*** Opening Provided material ***

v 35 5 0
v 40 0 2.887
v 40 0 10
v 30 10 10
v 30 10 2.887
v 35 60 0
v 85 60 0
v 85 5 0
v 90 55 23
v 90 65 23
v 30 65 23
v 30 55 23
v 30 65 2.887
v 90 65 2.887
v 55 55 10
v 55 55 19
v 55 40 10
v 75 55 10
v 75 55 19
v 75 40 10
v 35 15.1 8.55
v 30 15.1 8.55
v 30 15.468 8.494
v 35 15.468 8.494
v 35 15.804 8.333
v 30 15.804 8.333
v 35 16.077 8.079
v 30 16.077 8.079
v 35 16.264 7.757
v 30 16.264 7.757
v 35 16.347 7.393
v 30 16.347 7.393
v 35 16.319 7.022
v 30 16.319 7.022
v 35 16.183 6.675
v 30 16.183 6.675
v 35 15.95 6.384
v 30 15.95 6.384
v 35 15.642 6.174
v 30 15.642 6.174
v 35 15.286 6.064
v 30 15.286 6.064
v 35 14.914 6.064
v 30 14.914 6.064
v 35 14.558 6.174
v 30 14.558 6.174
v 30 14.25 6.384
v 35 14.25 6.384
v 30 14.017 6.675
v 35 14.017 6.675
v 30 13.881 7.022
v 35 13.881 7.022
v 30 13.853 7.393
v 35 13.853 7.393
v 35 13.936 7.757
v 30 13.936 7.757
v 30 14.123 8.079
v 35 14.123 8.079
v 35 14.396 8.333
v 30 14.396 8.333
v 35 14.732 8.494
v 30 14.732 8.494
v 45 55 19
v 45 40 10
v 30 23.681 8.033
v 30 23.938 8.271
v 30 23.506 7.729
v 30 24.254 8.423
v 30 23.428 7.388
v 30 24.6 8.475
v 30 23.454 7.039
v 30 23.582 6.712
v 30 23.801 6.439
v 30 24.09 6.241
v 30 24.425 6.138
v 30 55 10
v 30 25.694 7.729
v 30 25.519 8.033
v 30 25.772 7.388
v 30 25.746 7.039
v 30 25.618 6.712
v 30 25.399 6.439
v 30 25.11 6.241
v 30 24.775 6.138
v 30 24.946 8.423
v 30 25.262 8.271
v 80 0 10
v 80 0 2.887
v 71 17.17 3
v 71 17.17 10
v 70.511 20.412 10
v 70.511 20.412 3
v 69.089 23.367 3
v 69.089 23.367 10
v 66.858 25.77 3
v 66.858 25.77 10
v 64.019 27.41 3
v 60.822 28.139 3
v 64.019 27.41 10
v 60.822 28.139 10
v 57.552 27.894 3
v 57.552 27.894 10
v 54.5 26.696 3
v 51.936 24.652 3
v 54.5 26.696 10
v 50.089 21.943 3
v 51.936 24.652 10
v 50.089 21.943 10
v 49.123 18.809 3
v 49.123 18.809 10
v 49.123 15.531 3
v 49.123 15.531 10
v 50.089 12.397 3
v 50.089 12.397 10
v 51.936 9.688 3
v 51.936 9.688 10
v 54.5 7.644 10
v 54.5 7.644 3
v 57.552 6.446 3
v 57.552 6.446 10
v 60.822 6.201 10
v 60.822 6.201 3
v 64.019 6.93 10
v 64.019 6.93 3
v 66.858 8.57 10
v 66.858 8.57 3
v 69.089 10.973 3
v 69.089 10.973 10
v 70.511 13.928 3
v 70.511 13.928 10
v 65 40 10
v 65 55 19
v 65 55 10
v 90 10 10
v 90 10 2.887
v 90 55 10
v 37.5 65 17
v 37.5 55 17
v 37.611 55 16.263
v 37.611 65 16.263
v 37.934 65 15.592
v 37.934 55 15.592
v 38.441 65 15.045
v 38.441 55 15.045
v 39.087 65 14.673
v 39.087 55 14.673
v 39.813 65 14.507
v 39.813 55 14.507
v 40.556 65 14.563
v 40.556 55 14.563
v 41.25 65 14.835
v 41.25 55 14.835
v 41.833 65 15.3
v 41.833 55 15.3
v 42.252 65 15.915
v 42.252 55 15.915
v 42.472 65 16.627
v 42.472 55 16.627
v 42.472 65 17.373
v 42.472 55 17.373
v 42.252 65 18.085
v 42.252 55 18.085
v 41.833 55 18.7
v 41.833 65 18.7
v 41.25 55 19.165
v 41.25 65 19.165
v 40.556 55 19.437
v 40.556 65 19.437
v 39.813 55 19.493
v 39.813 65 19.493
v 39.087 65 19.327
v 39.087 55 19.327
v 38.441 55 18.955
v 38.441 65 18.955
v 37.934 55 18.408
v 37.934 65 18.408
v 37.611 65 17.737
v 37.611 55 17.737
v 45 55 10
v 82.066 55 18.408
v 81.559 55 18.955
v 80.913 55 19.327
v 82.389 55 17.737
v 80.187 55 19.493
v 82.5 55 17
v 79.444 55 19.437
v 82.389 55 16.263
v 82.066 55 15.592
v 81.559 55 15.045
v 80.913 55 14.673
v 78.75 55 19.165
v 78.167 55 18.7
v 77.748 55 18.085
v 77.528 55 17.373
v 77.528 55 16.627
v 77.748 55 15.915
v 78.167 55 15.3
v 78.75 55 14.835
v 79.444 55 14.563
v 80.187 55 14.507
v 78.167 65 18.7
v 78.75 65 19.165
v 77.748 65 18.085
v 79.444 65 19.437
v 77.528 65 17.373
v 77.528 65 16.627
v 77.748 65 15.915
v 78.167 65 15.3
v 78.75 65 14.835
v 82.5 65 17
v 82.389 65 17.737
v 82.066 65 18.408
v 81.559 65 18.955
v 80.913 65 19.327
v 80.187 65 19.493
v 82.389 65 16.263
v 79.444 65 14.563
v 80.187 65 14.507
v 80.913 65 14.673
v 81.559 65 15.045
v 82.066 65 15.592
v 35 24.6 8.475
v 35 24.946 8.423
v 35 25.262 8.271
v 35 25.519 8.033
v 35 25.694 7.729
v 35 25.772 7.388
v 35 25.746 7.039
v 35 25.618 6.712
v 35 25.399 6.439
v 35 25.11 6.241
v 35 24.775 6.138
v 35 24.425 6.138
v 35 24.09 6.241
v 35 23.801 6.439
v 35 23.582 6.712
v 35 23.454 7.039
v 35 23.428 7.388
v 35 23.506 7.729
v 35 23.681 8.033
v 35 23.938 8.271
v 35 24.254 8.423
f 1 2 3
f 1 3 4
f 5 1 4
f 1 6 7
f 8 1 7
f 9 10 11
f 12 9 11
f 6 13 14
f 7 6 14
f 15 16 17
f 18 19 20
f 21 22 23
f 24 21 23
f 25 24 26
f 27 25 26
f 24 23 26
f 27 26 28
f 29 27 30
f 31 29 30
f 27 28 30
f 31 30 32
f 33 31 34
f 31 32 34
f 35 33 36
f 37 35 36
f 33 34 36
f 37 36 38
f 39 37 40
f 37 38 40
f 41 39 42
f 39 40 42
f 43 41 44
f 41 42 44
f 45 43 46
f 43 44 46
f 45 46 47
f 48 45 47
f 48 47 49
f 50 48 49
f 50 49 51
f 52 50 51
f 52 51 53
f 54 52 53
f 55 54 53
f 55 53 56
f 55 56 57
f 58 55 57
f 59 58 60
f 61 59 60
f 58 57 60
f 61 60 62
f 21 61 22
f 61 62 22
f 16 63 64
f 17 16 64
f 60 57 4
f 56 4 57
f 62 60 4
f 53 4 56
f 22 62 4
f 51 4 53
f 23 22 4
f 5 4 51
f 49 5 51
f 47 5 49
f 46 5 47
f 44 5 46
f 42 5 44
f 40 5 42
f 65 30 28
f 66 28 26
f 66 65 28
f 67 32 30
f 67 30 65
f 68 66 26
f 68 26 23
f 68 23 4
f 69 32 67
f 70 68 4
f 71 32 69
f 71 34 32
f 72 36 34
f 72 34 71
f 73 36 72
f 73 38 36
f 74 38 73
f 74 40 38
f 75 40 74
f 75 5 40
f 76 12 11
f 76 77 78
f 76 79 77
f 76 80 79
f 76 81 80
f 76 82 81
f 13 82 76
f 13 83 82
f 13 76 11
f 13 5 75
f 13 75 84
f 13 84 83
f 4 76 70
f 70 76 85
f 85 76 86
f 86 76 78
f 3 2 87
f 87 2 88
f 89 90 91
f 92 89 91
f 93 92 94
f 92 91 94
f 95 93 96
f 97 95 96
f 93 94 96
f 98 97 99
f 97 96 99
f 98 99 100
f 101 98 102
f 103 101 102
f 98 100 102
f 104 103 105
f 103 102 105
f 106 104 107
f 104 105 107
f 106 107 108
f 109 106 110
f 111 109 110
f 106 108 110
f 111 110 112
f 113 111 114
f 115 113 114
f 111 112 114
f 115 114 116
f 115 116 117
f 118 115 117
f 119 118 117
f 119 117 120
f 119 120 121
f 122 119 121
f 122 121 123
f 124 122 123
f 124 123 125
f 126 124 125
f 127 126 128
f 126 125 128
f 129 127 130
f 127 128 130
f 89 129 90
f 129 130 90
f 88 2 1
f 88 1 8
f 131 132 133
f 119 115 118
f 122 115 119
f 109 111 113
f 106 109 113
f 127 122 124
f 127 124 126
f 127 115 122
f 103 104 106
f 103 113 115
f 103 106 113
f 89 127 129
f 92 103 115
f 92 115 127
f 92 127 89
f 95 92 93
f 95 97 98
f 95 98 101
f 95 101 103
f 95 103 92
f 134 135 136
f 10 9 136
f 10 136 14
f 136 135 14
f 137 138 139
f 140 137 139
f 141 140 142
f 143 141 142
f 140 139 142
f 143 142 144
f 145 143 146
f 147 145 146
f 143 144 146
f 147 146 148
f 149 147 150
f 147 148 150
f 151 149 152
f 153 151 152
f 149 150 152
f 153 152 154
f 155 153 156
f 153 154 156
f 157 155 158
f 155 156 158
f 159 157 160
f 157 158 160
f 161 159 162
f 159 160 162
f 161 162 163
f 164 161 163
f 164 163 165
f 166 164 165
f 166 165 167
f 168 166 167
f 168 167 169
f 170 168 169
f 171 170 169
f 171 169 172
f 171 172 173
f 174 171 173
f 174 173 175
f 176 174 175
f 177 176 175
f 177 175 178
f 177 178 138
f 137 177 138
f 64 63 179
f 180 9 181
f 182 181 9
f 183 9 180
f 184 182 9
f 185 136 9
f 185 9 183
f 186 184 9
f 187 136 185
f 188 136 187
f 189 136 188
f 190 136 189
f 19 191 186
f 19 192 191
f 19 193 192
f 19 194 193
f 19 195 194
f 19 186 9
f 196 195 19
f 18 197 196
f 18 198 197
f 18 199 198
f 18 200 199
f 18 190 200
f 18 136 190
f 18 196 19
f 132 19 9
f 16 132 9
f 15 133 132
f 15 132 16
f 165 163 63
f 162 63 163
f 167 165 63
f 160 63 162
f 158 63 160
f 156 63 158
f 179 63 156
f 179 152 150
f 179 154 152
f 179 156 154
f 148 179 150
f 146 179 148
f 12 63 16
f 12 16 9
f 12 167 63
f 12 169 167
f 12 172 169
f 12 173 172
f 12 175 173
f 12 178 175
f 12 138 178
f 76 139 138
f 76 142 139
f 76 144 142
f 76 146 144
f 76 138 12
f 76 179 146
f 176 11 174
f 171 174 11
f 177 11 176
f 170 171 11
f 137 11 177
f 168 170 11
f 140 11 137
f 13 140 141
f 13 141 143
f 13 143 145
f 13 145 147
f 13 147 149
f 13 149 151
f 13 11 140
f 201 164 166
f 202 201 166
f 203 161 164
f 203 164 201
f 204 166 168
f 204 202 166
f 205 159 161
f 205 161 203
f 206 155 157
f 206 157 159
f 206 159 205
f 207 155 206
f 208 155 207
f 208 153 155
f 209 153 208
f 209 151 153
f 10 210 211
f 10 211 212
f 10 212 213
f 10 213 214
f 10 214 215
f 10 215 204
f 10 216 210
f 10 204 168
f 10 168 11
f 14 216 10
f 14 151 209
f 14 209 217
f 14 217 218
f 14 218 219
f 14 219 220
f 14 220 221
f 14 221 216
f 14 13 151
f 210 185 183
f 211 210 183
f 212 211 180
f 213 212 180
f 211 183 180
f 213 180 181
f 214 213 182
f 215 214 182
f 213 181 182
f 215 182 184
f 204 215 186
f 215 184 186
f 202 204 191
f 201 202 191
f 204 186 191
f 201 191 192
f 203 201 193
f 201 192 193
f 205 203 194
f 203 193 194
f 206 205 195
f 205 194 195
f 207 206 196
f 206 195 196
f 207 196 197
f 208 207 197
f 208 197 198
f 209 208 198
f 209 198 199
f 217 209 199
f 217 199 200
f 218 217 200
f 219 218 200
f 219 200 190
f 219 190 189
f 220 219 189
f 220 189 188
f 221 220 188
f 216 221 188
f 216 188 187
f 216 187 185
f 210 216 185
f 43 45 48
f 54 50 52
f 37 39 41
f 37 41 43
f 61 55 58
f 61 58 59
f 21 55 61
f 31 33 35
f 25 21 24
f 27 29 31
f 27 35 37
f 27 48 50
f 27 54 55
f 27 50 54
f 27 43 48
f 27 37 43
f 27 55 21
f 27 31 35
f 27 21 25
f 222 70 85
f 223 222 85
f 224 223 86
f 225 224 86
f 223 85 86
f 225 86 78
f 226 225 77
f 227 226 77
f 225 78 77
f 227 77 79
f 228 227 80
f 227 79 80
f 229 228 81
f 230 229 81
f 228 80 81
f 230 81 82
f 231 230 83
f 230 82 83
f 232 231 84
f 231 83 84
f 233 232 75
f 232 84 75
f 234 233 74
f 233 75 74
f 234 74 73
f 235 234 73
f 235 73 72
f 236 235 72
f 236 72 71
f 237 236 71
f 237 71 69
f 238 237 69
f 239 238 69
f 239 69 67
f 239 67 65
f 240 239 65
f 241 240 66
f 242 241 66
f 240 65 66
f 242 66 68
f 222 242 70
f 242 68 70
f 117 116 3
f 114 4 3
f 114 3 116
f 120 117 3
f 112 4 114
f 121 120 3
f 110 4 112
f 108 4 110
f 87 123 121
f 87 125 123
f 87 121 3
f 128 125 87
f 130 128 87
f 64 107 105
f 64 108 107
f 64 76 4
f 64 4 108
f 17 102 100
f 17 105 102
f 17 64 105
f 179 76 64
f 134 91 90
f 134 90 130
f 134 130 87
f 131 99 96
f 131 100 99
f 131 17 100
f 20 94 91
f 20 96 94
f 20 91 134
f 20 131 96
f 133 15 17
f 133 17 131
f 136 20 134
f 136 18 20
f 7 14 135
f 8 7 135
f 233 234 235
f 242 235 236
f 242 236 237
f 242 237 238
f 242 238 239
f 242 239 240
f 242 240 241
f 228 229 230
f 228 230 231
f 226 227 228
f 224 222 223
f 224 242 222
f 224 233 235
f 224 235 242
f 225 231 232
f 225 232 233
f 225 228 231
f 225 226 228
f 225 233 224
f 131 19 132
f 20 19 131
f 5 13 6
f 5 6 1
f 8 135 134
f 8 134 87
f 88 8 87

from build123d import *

# Parameters (mm, degrees)
SKETCH1_W           = 60
SKETCH1_H           = 65
BOSS_EXTRUDE1_DEPTH = 10
SKETCH6_W           = 60
SKETCH6_H           = 10
BOSS_EXTRUDE2_DEPTH = 23
CHAMFER1_SIZE       = 5
CHAMFER1_SIZE2      = 2.886751346
SKETCH5_R           = 11
CUT_EXTRUDE4_DEPTH  = 7
SKETCH12_R          = 2.5
CUT_EXTRUDE6_DEPTH  = 108.953693777
RIB1_REACH          = 81.712
SKETCH13_WALL_W     = 178.916818752
SKETCH13_WALL_H     = 10
CHAMFER3_START      = -1
CHAMFER3_DEPTH      = 24
SKETCH14_R          = 1.175
SKETCH14_R_2        = 1.25
CUT_EXTRUDE7_DEPTH  = 5


with BuildPart() as part:
    # Sketch1 → Boss-Extrude1 (new body)
    with BuildSketch(Plane.XY):
        with Locations((60, 32.5)):
            Rectangle(SKETCH1_W, SKETCH1_H)
    extrude(amount=BOSS_EXTRUDE1_DEPTH)

    # Sketch6 → Boss-Extrude2 (add)
    with BuildSketch(Plane(origin=(0, 0, 0), x_dir=(-1, 0, 0), z_dir=(0, 0, -1))):
        with Locations((-60, 60)):
            Rectangle(SKETCH6_W, SKETCH6_H)
    extrude(amount=-BOSS_EXTRUDE2_DEPTH)

    # Chamfer1
    chamfer1_edges = [part.edges().sort_by_distance(p)[0] for p in [
        (60, 65, 0),
        (90, 32.5, 0),
        (60, 0, 0),
        (30, 32.5, 0),
    ]]
    chamfer1_side = [part.faces().sort_by_distance(p)[0] for p in [
        (60, 32.5, 0),
    ]]
    chamfer(chamfer1_edges, length=CHAMFER1_SIZE, length2=CHAMFER1_SIZE2, reference=chamfer1_side[0])

    # Sketch5 → Cut-Extrude4 (cut)
    with BuildSketch(Plane.XY.offset(10)):
        with Locations((60, 17.17)):
            Circle(SKETCH5_R)
    extrude(amount=-CUT_EXTRUDE4_DEPTH, mode=Mode.SUBTRACT)

    # Sketch12 → Cut-Extrude6 (cut, through all)
    with BuildSketch(Plane(origin=(0, 55, 0), x_dir=(-1, 0, 0), z_dir=(0, -1, 0))):
        with Locations(Location((-80, -17, 0), (0, 0, 180))):
            Circle(SKETCH12_R)
        with Locations((-40, -17)):
            Circle(SKETCH12_R)
    extrude(amount=-CUT_EXTRUDE6_DEPTH, mode=Mode.SUBTRACT)

    # Sketch13 wall → Rib1 (add, up to next)
    with BuildSketch(Plane(origin=(50, 47.5, 14.5), x_dir=(0, -0.857492925713, -0.514495755428), z_dir=(0, 0.514495755428, -0.857492925713)), mode=Mode.PRIVATE) as rib1_sk1:
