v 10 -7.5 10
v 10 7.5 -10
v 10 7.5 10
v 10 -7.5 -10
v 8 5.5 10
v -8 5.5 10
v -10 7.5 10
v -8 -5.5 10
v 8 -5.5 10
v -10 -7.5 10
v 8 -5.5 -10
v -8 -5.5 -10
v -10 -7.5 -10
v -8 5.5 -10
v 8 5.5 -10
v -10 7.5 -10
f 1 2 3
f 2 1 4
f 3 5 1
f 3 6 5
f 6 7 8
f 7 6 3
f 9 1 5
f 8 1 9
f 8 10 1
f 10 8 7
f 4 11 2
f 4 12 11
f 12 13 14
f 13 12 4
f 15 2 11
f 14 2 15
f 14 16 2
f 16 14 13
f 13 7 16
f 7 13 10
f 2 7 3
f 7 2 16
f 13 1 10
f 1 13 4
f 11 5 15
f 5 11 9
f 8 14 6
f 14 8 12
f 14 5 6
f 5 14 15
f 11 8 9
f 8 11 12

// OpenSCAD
difference(){
cube([20,15,20],center=true);
translate([0,0,-0.5])cube([16,11,22],center=true);
}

*** Closing Provided material ***

* _Exercise prompt_:
In the listing above, find the line containing "f 129 130 90" and the line containing "f 185 136 9", then retype both and every line between them exactly, with nothing else.

* _Solution_:
f 129 130 90
f 88 2 1
f 88 1 8
f 131 132 133
f 119 115 118
f 122 115 119
f 109 111 113
f 106 109 113
f 127 122 124
f 127 124 126
f 127 115 122
f 103 104 106
f 103 113 115
f 103 106 113
f 89 127 129
f 92 103 115
f 92 115 127
f 92 127 89
f 95 92 93
f 95 97 98
f 95 98 101
f 95 101 103
f 95 103 92
f 134 135 136
f 10 9 136
f 10 136 14
f 136 135 14
f 137 138 139
f 140 137 139
f 141 140 142
f 143 141 142
f 140 139 142
f 143 142 144
f 145 143 146
f 147 145 146
f 143 144 146
f 147 146 148
f 149 147 150
f 147 148 150
f 151 149 152
f 153 151 152
f 149 150 152
f 153 152 154
f 155 153 156
f 153 154 156
f 157 155 158
f 155 156 158
f 159 157 160
f 157 158 160
f 161 159 162
f 159 160 162
f 161 162 163
f 164 161 163
f 164 163 165
f 166 164 165
f 166 165 167
f 168 166 167
f 168 167 169
f 170 168 169
f 171 170 169
f 171 169 172
f 171 172 173
f 174 171 173
f 174 173 175
f 176 174 175
f 177 176 175
f 177 175 178
f 177 178 138
f 137 177 138
f 64 63 179
f 180 9 181
f 182 181 9
f 183 9 180
f 184 182 9
f 185 136 9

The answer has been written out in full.